Russian president Vladimir Putin denounced any military operation against Iran in a meeting last week with Prime Minister Ehud Olmert. Putin told Olmert in the Moscow meeting that foiling Iran's nuclear program could end in disaster for the world. Russian sources attached great importance to the Russian president's first mention of a military option in talks with an Israeli leader.
Olmert also discussed the Iranian nuclear program with Foreign Minister Sergey Lavrov and Russian Defense Minister Sergei Ivanov, in the first meeting in eleven years between an Israeli premier and a Russian defense minister.

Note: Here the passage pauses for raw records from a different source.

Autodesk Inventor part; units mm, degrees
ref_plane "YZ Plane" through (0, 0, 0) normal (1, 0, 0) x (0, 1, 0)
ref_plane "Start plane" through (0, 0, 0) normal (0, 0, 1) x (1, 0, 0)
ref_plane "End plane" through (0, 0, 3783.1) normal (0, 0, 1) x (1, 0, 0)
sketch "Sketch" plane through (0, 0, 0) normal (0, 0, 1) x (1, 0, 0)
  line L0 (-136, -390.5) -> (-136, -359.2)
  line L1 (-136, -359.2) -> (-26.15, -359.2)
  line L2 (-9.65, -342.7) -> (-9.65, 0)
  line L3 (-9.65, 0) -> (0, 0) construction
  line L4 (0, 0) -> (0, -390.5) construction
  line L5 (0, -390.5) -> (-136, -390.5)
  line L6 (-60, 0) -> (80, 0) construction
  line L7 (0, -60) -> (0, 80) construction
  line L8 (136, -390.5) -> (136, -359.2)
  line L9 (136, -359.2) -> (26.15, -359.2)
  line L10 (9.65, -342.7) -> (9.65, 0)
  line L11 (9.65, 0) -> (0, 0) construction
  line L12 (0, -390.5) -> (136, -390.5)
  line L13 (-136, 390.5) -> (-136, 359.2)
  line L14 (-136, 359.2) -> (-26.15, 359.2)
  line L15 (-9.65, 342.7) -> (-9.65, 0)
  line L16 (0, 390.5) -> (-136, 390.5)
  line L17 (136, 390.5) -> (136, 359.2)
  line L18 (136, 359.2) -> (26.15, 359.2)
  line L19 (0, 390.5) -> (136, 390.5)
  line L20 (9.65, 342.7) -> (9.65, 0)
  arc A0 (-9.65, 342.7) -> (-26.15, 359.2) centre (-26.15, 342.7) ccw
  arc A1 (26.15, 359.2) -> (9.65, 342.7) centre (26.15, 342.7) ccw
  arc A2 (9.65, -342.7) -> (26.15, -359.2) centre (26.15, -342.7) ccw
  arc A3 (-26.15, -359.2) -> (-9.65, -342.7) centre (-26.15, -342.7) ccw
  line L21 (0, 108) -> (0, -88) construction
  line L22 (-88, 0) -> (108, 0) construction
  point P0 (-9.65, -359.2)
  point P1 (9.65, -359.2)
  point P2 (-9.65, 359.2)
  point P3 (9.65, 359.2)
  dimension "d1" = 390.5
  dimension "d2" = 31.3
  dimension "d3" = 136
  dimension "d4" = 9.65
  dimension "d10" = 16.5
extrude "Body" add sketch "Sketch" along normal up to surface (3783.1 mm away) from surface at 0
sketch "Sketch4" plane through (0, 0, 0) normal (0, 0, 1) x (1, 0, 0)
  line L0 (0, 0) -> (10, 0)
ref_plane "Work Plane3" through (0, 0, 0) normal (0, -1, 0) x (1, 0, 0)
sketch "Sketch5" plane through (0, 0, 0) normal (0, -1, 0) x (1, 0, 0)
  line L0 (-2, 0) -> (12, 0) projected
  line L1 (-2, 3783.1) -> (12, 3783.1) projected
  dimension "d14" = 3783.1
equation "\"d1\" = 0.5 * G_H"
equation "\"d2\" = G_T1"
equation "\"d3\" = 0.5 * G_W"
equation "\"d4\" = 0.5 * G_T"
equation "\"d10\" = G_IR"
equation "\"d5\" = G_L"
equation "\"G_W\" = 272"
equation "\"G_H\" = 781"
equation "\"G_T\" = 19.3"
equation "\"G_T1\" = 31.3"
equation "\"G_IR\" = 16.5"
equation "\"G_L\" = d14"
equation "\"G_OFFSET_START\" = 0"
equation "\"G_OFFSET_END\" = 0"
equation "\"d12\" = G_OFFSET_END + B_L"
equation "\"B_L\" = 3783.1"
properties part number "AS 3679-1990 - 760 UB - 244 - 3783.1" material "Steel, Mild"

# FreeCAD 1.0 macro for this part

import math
import FreeCAD as App
import Part
import Sketcher
from FreeCAD import Vector
Q = App.Units.Quantity

doc = App.newDocument("Part")
body = doc.addObject("PartDesign::Body", "Body")

# Sketch on XY plane
sketch1 = doc.addObject("Sketcher::SketchObject", "Sketch")
body.addObject(sketch1)
sketch1.AttachmentSupport = (doc.XY_Plane, [""])
sketch1.MapMode = "FlatFace"
sketch1.addGeometry(Part.LineSegment(Vector(-136, -359, 0), Vector(-136, -390, 0)), False)
sketch1.addGeometry(Part.LineSegment(Vector(-136, -390, 0), Vector(136, -390, 0)), False)
sketch1.addGeometry(Part.LineSegment(Vector(136, -390, 0), Vector(136, -359, 0)), False)
sketch1.addGeometry(Part.LineSegment(Vector(136, -359, 0), Vector(26, -359, 0)), False)
sketch1.addGeometry(Part.ArcOfCircle(Part.Circle(Vector(26, -343, 0), Vector(0, 0, 1), 16), math.radians(180), math.radians(270)), False)
sketch1.addGeometry(Part.LineSegment(Vector(10, -343, 0), Vector(10, 343, 0)), False)
sketch1.addGeometry(Part.ArcOfCircle(Part.Circle(Vector(26, 343, 0), Vector(0, 0, 1), 16), math.radians(90), math.radians(180)), False)
sketch1.addGeometry(Part.LineSegment(Vector(26, 359, 0), Vector(136, 359, 0)), False)
sketch1.addGeometry(Part.LineSegment(Vector(136, 359, 0), Vector(136, 390, 0)), False)
sketch1.addGeometry(Part.LineSegment(Vector(136, 390, 0), Vector(-136, 390, 0)), False)
sketch1.addGeometry(Part.LineSegment(Vector(-136, 390, 0), Vector(-136, 359, 0)), False)
sketch1.addGeometry(Part.LineSegment(Vector(-136, 359, 0), Vector(-26, 359, 0)), False)
sketch1.addGeometry(Part.ArcOfCircle(Part.Circle(Vector(-26, 343, 0), Vector(0, 0, 1), 16), math.radians(0), math.radians(90)), False)
sketch1.addGeometry(Part.LineSegment(Vector(-10, 343, 0), Vector(-10, -343, 0)), False)
sketch1.addGeometry(Part.ArcOfCircle(Part.Circle(Vector(-26, -343, 0), Vector(0, 0, 1), 16), math.radians(-90), math.radians(0)), False)
sketch1.addGeometry(Part.LineSegment(Vector(-26, -359, 0), Vector(-136, -359, 0)), False)
sketch1.addConstraint(Sketcher.Constraint("Coincident", 0, 2, 1, 1))
sketch1.addConstraint(Sketcher.Constraint("Coincident", 1, 2, 2, 1))
sketch1.addConstraint(Sketcher.Constraint("Coincident", 2, 2, 3, 1))
sketch1.addConstraint(Sketcher.Constraint("Tangent", 3, 2, 4, 2))
sketch1.addConstraint(Sketcher.Constraint("Tangent", 4, 1, 5, 1))
sketch1.addConstraint(Sketcher.Constraint("Tangent", 5, 2, 6, 2))
sketch1.addConstraint(Sketcher.Constraint("Tangent", 6, 1, 7, 1))
sketch1.addConstraint(Sketcher.Constraint("Coincident", 7, 2, 8, 1))
sketch1.addConstraint(Sketcher.Constraint("Coincident", 8, 2, 9, 1))
sketch1.addConstraint(Sketcher.Constraint("Coincident", 9, 2, 10, 1))
sketch1.addConstraint(Sketcher.Constraint("Coincident", 10, 2, 11, 1))
sketch1.addConstraint(Sketcher.Constraint("Tangent", 11, 2, 12, 2))
sketch1.addConstraint(Sketcher.Constraint("Tangent", 12, 1, 13, 1))
sketch1.addConstraint(Sketcher.Constraint("Tangent", 13, 2, 14, 2))
sketch1.addConstraint(Sketcher.Constraint("Tangent", 14, 1, 15, 1))
sketch1.addConstraint(Sketcher.Constraint("Coincident", 15, 2, 0, 1))
sketch1.addConstraint(Sketcher.Constraint("Vertical", 0))
sketch1.addConstraint(Sketcher.Constraint("Horizontal", 1))
sketch1.addConstraint(Sketcher.Constraint("Vertical", 2))
sketch1.addConstraint(Sketcher.Constraint("Horizontal", 3))
sketch1.addConstraint(Sketcher.Constraint("Vertical", 5))
sketch1.addConstraint(Sketcher.Constraint("Horizontal", 7))
sketch1.addConstraint(Sketcher.Constraint("Vertical", 8))
sketch1.addConstraint(Sketcher.Constraint("Horizontal", 9))
sketch1.addConstraint(Sketcher.Constraint("Vertical", 10))
sketch1.addConstraint(Sketcher.Constraint("Horizontal", 11))
sketch1.addConstraint(Sketcher.Constraint("Vertical", 13))
sketch1.addConstraint(Sketcher.Constraint("Horizontal", 15))
sketch1.addConstraint(Sketcher.Constraint("Equal", 4, 6))
sketch1.addConstraint(Sketcher.Constraint("Equal", 6, 12))
sketch1.addConstraint(Sketcher.Constraint("Equal", 12, 14))
sketch1.addConstraint(Sketcher.Constraint("Symmetric", 4, 3, 12, 3, -1, 1))
sketch1.addConstraint(Sketcher.Constraint("Symmetric", 0, 2, 8, 2, -1, 1))
sketch1.addConstraint(Sketcher.Constraint("Symmetric", 7, 2, 10, 2, -2))
sketch1.addConstraint(Sketcher.Constraint("Symmetric", 2, 2, 15, 2, -2))
sketch1.addConstraint(Sketcher.Constraint("Radius", 4, Q("16.5 mm")))
sketch1.addConstraint(Sketcher.Constraint("DistanceY", 0, 2, 0, 1, Q("31.3 mm")))
sketch1.addConstraint(Sketcher.Constraint("DistanceX", 0, 2, -1, 1, Q("136 mm")))
sketch1.addConstraint(Sketcher.Constraint("DistanceY", 0, 2, -1, 1, Q("390.5 mm")))
sketch1.addConstraint(Sketcher.Constraint("DistanceX", -1, 1, 4, 1, Q("9.65 mm")))
pad1 = doc.addObject("PartDesign::Pad", "Pad")
body.addObject(pad1)
pad1.Profile = sketch1
pad1.Length = 3783.1

doc.recompute()
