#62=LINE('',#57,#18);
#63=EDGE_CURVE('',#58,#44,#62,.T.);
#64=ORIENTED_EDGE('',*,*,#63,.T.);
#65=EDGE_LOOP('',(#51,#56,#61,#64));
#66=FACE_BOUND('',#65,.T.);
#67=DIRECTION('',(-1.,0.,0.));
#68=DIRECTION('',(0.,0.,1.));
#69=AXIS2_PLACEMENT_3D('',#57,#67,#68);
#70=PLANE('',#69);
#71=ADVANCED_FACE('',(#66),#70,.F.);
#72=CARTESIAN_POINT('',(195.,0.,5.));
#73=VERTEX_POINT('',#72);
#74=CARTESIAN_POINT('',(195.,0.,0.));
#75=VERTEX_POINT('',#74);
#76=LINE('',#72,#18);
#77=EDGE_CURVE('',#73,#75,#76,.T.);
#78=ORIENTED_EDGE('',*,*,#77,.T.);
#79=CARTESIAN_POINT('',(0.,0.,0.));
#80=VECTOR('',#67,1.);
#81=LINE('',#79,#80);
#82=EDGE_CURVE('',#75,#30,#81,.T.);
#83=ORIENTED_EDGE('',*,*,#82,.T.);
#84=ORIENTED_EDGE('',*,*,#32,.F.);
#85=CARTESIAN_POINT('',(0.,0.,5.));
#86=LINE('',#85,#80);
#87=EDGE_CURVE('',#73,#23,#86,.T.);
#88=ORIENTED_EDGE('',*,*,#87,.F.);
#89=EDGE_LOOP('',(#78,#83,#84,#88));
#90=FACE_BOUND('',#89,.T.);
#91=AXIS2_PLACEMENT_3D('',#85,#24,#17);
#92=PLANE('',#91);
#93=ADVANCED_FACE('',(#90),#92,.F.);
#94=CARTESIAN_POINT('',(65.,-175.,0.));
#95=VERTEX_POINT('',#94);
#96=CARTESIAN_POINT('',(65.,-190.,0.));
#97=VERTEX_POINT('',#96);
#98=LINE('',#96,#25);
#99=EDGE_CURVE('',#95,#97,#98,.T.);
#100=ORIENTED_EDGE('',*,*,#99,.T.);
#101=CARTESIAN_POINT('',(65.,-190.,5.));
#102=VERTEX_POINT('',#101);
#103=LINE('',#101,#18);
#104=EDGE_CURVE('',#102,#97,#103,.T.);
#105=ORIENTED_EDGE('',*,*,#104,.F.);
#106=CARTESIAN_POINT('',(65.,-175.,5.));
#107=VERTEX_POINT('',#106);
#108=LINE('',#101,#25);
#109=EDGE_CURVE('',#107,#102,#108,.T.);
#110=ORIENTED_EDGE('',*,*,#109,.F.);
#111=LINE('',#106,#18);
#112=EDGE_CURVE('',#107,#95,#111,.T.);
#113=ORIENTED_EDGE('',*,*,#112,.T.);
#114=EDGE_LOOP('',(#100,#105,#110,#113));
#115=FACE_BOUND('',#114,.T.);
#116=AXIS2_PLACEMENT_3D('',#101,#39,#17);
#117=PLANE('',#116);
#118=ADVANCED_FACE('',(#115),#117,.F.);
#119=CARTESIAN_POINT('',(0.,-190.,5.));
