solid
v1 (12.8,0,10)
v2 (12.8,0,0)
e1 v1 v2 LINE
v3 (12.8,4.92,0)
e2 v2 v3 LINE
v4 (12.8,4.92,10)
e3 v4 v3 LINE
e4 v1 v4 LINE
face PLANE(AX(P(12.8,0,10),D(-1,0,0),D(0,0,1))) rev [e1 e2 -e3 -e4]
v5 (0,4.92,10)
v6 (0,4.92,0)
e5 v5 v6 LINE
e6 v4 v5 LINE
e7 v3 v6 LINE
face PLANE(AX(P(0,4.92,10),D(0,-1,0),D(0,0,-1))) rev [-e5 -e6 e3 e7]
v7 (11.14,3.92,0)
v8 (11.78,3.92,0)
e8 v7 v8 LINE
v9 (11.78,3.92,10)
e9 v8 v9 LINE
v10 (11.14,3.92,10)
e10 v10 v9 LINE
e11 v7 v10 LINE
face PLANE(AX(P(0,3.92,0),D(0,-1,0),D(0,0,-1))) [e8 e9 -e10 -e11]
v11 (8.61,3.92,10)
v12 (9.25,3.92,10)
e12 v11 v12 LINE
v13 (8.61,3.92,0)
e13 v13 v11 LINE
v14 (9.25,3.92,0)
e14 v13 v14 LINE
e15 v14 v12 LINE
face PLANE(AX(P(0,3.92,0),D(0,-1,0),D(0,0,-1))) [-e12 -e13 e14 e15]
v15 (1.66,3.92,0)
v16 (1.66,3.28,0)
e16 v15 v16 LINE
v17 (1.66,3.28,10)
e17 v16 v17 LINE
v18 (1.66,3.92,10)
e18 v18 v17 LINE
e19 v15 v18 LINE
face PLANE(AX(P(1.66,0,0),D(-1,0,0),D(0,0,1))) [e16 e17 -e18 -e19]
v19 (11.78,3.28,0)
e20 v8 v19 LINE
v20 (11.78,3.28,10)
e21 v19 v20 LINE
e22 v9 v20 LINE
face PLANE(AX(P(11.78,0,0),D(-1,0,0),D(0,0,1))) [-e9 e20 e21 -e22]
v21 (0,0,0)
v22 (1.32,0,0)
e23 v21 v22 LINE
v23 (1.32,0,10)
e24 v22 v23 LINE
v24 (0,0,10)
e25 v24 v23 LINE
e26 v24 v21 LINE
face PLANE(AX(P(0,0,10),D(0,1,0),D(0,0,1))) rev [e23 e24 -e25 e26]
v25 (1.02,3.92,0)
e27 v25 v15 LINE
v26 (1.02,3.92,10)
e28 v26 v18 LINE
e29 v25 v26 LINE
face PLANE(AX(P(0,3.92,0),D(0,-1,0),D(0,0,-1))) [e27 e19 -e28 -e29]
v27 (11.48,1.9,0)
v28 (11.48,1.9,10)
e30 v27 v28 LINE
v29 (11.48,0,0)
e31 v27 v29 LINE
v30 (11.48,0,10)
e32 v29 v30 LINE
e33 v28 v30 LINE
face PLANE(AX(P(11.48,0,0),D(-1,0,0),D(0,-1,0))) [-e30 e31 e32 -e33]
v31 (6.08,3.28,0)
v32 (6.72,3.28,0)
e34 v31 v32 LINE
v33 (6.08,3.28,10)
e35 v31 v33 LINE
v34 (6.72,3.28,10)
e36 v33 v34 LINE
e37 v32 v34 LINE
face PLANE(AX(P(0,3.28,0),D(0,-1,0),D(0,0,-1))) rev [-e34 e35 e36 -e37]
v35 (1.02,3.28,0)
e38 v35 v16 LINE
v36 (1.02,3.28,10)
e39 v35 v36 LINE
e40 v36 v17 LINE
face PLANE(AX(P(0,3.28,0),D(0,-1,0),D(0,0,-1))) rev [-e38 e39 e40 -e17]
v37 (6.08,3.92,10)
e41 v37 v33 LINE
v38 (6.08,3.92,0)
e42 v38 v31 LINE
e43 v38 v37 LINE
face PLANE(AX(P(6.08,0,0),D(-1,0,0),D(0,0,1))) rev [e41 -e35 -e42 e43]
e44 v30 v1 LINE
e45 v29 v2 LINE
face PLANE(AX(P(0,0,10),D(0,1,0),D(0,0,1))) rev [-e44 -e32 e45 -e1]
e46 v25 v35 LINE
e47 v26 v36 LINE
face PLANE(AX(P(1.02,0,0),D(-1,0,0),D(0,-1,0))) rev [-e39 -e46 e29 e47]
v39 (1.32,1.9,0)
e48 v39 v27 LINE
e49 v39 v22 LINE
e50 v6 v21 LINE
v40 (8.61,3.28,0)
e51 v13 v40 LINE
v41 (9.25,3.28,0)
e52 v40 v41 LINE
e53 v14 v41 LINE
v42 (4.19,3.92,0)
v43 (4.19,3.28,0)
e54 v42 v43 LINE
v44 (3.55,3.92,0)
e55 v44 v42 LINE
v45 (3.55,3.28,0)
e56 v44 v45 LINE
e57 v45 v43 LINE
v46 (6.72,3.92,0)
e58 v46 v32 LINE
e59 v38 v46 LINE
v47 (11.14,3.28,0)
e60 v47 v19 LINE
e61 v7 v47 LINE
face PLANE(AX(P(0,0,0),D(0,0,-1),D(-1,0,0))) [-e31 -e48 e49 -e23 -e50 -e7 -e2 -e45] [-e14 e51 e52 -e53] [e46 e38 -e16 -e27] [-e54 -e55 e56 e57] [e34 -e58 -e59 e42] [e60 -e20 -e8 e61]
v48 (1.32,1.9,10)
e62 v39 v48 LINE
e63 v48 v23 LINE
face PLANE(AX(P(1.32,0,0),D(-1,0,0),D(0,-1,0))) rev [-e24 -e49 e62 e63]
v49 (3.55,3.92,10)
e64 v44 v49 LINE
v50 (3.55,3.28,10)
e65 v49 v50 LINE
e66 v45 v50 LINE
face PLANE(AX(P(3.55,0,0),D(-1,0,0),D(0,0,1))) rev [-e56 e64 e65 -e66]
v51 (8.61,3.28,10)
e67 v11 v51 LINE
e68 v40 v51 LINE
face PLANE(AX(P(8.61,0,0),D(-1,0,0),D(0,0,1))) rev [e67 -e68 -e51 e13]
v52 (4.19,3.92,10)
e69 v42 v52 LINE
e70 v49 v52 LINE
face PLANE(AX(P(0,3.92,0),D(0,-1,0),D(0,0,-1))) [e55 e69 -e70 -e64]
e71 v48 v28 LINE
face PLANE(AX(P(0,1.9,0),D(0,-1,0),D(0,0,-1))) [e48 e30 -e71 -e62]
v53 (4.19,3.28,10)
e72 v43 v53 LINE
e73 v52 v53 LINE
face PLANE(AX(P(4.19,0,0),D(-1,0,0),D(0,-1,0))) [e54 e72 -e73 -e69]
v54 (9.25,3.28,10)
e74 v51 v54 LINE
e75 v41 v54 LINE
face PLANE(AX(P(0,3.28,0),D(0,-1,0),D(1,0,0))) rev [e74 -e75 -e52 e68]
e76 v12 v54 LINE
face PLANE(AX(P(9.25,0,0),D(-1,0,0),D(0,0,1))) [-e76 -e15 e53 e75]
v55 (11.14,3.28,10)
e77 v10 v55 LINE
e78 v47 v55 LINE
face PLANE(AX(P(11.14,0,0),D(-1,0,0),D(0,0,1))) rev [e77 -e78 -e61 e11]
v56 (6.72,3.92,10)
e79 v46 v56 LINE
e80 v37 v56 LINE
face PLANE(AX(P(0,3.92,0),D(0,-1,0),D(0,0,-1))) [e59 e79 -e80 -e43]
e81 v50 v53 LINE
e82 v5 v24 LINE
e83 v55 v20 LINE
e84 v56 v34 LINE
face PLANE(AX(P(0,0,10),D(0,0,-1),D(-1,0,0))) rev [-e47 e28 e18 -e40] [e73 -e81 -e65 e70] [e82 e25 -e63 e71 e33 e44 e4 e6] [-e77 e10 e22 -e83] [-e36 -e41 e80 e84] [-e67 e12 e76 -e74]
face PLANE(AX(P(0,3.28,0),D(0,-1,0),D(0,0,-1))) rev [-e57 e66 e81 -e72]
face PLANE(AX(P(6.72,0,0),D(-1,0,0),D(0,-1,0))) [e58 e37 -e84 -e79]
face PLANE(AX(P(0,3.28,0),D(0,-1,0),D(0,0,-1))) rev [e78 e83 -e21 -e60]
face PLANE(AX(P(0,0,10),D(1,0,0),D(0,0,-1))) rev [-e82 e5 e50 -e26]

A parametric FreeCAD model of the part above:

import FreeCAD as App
import Part
import Sketcher


def add_polygon(sketch, points):
    """Adds a closed chain of lines whose ends are joined by coincident constraints."""
    first, n = sketch.GeometryCount, len(points)
    for a, b in zip(points, points[1:] + points[:1]):
        sketch.addGeometry(Part.LineSegment(App.Vector(*a, 0), App.Vector(*b, 0)), False)
    for i in range(n):
        sketch.addConstraint(Sketcher.Constraint("Coincident", first + i, 2, first + (i + 1) % n, 1))

doc = App.newDocument("Part")
body = doc.addObject("PartDesign::Body", "Body")

# Sketch on XY plane
sketch1 = doc.addObject("Sketcher::SketchObject", "Sketch")
body.addObject(sketch1)
sketch1.AttachmentSupport = (doc.XY_Plane, [""])
sketch1.MapMode = "FlatFace"
add_polygon(sketch1, [(0, 4.92), (0, 0), (12.8, 0), (12.8, 4.92)])  # lines 0-3
sketch1.addConstraint(Sketcher.Constraint("Vertical", 0))
sketch1.addConstraint(Sketcher.Constraint("Horizontal", 1))
sketch1.addConstraint(Sketcher.Constraint("Vertical", 2))
sketch1.addConstraint(Sketcher.Constraint("Horizontal", 3))
sketch1.addConstraint(Sketcher.Constraint("Coincident", 0, 2, -1, 1))
sketch1.addConstraint(Sketcher.Constraint("DistanceX", 1, 1, 1, 2, 12.8))
sketch1.addConstraint(Sketcher.Constraint("DistanceY", 0, 2, 0, 1, 4.92))
pad1 = doc.addObject("PartDesign::Pad", "Pad")
body.addObject(pad1)
pad1.Profile = sketch1
pad1.Length = 10

# Sketch on XY plane
sketch2 = doc.addObject("Sketcher::SketchObject", "Sketch001")
body.addObject(sketch2)
sketch2.AttachmentSupport = (doc.XY_Plane, [""])
sketch2.MapMode = "FlatFace"
sketch2.AttachmentOffset = App.Placement(App.Vector(0, 0, 10), App.Rotation())
add_polygon(sketch2, [(1.02, 3.92), (1.02, 3.28), (1.66, 3.28), (1.66, 3.92)])  # lines 0-3
add_polygon(sketch2, [(3.55, 3.92), (3.55, 3.28), (4.19, 3.28), (4.19, 3.92)])  # lines 4-7
add_polygon(sketch2, [(6.08, 3.92), (6.08, 3.28), (6.72, 3.28), (6.72, 3.92)])  # lines 8-11
add_polygon(sketch2, [(8.61, 3.92), (8.61, 3.28), (9.25, 3.28), (9.25, 3.92)])  # lines 12-15
add_polygon(sketch2, [(11.14, 3.92), (11.14, 3.28), (11.78, 3.28), (11.78, 3.92)])  # lines 16-19
add_polygon(sketch2, [(1.32, 1.9), (1.32, 0), (11.48, 0), (11.48, 1.9)])  # lines 20-23
sketch2.addConstraint(Sketcher.Constraint("Vertical", 0))
sketch2.addConstraint(Sketcher.Constraint("Horizontal", 1))
sketch2.addConstraint(Sketcher.Constraint("Vertical", 2))
sketch2.addConstraint(Sketcher.Constraint("Horizontal", 3))
sketch2.addConstraint(Sketcher.Constraint("Vertical", 4))
sketch2.addConstraint(Sketcher.Constraint("Horizontal", 5))
sketch2.addConstraint(Sketcher.Constraint("Vertical", 6))
sketch2.addConstraint(Sketcher.Constraint("Horizontal", 7))
sketch2.addConstraint(Sketcher.Constraint("Vertical", 8))
sketch2.addConstraint(Sketcher.Constraint("Horizontal", 9))
sketch2.addConstraint(Sketcher.Constraint("Vertical", 10))
sketch2.addConstraint(Sketcher.Constraint("Horizontal", 11))
sketch2.addConstraint(Sketcher.Constraint("Vertical", 12))
sketch2.addConstraint(Sketcher.Constraint("Horizontal", 13))
sketch2.addConstraint(Sketcher.Constraint("Vertical", 14))
sketch2.addConstraint(Sketcher.Constraint("Horizontal", 15))
sketch2.addConstraint(Sketcher.Constraint("Vertical", 16))
sketch2.addConstraint(Sketcher.Constraint("Horizontal", 17))
sketch2.addConstraint(Sketcher.Constraint("Vertical", 18))
sketch2.addConstraint(Sketcher.Constraint("Horizontal", 19))
sketch2.addConstraint(Sketcher.Constraint("Vertical", 20))
sketch2.addConstraint(Sketcher.Constraint("Horizontal", 21))
sketch2.addConstraint(Sketcher.Constraint("Vertical", 22))
sketch2.addConstraint(Sketcher.Constraint("Horizontal", 23))
sketch2.addConstraint(Sketcher.Constraint("PointOnObject", 20, 2, -1))
sketch2.addConstraint(Sketcher.Constraint("Horizontal", 1, 2, 4, 2))
sketch2.addConstraint(Sketcher.Constraint("Horizontal", 3, 2, 6, 2))
sketch2.addConstraint(Sketcher.Constraint("Horizontal", 5, 2, 8, 2))
sketch2.addConstraint(Sketcher.Constraint("Horizontal", 7, 2, 10, 2))
sketch2.addConstraint(Sketcher.Constraint("Horizontal", 9, 2, 12, 2))
sketch2.addConstraint(Sketcher.Constraint("Horizontal", 11, 2, 14, 2))
sketch2.addConstraint(Sketcher.Constraint("Horizontal", 13, 2, 16, 2))
sketch2.addConstraint(Sketcher.Constraint("Horizontal", 15, 2, 18, 2))
sketch2.addConstraint(Sketcher.Constraint("Equal", 3, 5))
sketch2.addConstraint(Sketcher.Constraint("Equal", 7, 9))
sketch2.addConstraint(Sketcher.Constraint("Equal", 11, 13))
sketch2.addConstraint(Sketcher.Constraint("Equal", 15, 17))
sketch2.addConstraint(Sketcher.Constraint("Equal", 19, 0))
sketch2.addConstraint(Sketcher.Constraint("DistanceY", 20, 2, 20, 1, 1.9))
sketch2.addConstraint(Sketcher.Constraint("DistanceX", 1, 1, 1, 2, 0.64))
sketch2.addConstraint(Sketcher.Constraint("DistanceX", 21, 1, 21, 2, 10.16))
sketch2.addConstraint(Sketcher.Constraint("DistanceX", 0, 2, 20, 2, 0.3))
sketch2.addConstraint(Sketcher.Constraint("DistanceX", 21, 2, 17, 2, 0.3))
sketch2.addConstraint(Sketcher.Constraint("DistanceX", -1, 1, 0, 2, 1.02))
sketch2.addConstraint(Sketcher.Constraint("DistanceY", -1, 1, 0, 2, 3.28))
sketch2.addConstraint(Sketcher.Constraint("DistanceX", -1, 1, 4, 2, 3.55))
sketch2.addConstraint(Sketcher.Constraint("DistanceX", -1, 1, 8, 2, 6.08))
sketch2.addConstraint(Sketcher.Constraint("DistanceX", -1, 1, 12, 2, 8.61))
pocket1 = doc.addObject("PartDesign::Pocket", "Pocket")
body.addObject(pocket1)
pocket1.Profile = sketch2
pocket1.Type = "ThroughAll"

doc.recompute()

During his meeting with Putin, Olmert didn't talk about a military operation, but emphasized that not only the U.S. but also Russia holds responsibility for handling Tehran. Putin recounted that in past talks with U.S. President George W. Bush and his aides, he had discussed how to prevent Iranian acquisition of nuclear arms. Putin asked if the U.S. could conduct a military operation and had a clear plan. He said the Americans didn't answer.
Putin's comments can be interpreted in two ways. One is that the Americans evaded the question, the other is that they didn't answer because they do not have effective military capability or an organized plan to substantially harm the Iranian nuclear program. In any case, Russia rejects an attack on Iranian nuclear facilities. The Putin administration believes that only negotiations will prevent or at least delay Iranian nuclear ambitions.
Olmert asked Putin to join an American-European move to impose severe sanctions on Iran, which he referred to in a press briefing saying, "The Iranians need to be afraid something will happen that they don't want to have happen."
The Prime Minister's Office declined to provide a statement and said they do not comment on the content of the premier's meetings in Moscow.
Israel hopes that if Iran does not obey international demands and does not stop enriching uranium, Russia will threaten not to complete construction of the Bushehr nuclear reactor and not to supply the uranium needed to fuel it. The Bushehr reactor, slated to generate electricity, is about four years behind schedule in starting operations, a delay Russian and Western sources attribute both to technical problems in the construction of the reactor and to Russian government decisions. Israeli and American experts do not believe Moscow is interested in Iran having nuclear weapons.
The UN Security Council is continuing in its efforts to draft a formula for sanctions that is acceptable to all five permanent members.